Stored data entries

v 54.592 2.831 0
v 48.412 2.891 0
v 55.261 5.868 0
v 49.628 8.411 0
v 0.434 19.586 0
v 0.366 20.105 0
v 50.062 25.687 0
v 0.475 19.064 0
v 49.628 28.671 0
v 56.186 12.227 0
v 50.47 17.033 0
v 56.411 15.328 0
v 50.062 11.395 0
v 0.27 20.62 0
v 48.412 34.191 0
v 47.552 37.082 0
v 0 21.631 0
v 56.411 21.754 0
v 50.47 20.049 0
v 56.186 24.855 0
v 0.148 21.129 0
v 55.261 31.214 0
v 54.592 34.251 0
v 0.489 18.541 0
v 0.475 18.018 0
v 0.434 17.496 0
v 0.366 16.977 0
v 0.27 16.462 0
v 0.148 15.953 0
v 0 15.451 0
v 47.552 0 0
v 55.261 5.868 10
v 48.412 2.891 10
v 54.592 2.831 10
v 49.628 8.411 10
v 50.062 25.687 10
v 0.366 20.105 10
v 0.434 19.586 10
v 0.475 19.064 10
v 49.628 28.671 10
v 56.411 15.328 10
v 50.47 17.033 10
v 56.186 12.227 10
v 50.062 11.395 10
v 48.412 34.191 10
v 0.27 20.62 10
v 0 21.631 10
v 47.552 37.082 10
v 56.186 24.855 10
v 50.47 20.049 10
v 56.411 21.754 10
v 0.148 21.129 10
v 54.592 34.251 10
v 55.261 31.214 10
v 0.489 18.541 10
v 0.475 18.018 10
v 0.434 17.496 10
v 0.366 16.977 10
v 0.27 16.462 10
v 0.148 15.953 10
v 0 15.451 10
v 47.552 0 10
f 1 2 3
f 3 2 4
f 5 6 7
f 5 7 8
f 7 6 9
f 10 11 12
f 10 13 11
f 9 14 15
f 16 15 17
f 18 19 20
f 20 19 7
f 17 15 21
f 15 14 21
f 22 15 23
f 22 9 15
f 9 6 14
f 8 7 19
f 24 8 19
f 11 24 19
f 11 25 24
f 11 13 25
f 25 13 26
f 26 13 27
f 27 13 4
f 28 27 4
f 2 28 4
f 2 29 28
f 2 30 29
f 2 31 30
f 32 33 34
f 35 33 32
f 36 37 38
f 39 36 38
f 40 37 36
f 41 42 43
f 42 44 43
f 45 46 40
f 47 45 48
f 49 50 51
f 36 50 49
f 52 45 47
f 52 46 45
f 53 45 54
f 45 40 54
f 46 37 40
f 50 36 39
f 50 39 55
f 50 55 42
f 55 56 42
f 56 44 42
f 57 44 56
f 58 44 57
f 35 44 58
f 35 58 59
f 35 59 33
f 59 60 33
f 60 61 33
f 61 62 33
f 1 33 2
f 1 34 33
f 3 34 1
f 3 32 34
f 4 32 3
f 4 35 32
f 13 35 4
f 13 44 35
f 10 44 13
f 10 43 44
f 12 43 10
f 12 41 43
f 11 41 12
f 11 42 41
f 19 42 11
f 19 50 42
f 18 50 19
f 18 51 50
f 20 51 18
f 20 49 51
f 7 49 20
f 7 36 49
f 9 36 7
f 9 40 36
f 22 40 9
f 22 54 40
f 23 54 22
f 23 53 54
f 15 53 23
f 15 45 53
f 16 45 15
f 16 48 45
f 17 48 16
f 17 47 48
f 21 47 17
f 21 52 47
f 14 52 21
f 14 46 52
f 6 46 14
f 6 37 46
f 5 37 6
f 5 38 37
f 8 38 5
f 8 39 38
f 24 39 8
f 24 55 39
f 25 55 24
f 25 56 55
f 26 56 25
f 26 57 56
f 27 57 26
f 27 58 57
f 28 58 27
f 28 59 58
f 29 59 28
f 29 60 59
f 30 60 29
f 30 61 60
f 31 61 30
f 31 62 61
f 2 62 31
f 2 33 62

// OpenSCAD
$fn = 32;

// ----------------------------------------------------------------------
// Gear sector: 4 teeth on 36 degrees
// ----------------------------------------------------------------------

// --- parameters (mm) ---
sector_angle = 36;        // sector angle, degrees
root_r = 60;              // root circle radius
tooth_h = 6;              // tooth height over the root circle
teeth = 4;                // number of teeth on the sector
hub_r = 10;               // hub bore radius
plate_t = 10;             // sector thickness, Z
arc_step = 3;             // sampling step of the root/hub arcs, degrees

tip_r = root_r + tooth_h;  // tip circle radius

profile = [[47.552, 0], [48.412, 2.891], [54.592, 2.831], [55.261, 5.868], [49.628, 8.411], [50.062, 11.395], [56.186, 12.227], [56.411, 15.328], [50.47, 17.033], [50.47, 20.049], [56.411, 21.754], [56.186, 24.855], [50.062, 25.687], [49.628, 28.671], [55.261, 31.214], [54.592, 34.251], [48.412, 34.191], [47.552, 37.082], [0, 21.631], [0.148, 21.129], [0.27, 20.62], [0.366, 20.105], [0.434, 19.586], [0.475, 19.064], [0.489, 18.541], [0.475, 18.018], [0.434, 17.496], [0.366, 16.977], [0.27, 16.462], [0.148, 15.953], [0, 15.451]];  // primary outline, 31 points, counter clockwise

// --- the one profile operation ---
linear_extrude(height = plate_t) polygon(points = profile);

==

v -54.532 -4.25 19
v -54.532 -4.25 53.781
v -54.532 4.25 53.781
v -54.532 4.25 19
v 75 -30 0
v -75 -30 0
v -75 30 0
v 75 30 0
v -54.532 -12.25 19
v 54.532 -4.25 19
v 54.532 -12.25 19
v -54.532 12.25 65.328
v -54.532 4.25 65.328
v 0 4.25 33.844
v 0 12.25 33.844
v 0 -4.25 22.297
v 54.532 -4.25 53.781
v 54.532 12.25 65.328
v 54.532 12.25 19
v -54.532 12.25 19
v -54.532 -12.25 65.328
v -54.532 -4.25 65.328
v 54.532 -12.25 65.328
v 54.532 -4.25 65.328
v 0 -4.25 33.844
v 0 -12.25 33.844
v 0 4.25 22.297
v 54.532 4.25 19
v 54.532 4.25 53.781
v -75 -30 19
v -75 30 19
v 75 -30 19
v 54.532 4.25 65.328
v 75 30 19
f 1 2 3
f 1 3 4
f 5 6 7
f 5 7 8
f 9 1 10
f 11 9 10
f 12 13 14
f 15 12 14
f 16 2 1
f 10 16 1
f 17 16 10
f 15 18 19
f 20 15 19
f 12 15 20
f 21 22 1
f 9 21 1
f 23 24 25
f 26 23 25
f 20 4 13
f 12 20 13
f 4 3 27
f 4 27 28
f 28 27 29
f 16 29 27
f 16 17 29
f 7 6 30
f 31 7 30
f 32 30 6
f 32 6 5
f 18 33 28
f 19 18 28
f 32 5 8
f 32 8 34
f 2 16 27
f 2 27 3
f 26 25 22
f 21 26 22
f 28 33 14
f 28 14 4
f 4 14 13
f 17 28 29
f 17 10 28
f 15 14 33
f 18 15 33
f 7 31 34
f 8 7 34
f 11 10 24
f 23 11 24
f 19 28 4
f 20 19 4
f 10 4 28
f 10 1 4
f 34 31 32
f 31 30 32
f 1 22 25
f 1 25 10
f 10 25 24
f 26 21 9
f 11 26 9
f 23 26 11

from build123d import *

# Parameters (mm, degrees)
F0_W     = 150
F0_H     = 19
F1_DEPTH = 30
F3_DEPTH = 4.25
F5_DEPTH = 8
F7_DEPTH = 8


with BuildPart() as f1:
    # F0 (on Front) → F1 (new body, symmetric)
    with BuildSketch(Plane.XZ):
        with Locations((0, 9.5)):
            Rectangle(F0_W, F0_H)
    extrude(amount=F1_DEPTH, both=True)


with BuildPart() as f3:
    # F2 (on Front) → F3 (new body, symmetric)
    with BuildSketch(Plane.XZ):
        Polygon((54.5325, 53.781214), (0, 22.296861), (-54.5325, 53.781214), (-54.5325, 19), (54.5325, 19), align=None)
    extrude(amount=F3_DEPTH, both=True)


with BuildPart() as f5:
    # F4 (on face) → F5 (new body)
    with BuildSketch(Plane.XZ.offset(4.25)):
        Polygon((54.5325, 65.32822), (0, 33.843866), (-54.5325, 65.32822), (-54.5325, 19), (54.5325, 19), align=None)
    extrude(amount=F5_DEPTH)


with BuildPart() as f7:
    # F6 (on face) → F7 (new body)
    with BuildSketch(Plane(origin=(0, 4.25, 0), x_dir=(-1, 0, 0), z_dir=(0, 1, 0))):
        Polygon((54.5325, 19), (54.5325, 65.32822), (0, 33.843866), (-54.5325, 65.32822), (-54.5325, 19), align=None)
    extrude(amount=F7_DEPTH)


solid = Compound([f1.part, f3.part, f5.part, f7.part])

» Work item:
Take exactly the lines from the one containing "v 54.592 2.831 0" through the one containing "v 50.47 20.049 0" in the data above, and output them with nothing added.

» Your solution:
v 54.592 2.831 0
v 48.412 2.891 0
v 55.261 5.868 0
v 49.628 8.411 0
v 0.434 19.586 0
v 0.366 20.105 0
v 50.062 25.687 0
v 0.475 19.064 0
v 49.628 28.671 0
v 56.186 12.227 0
v 50.47 17.033 0
v 56.411 15.328 0
v 50.062 11.395 0
v 0.27 20.62 0
v 48.412 34.191 0
v 47.552 37.082 0
v 0 21.631 0
v 56.411 21.754 0
v 50.47 20.049 0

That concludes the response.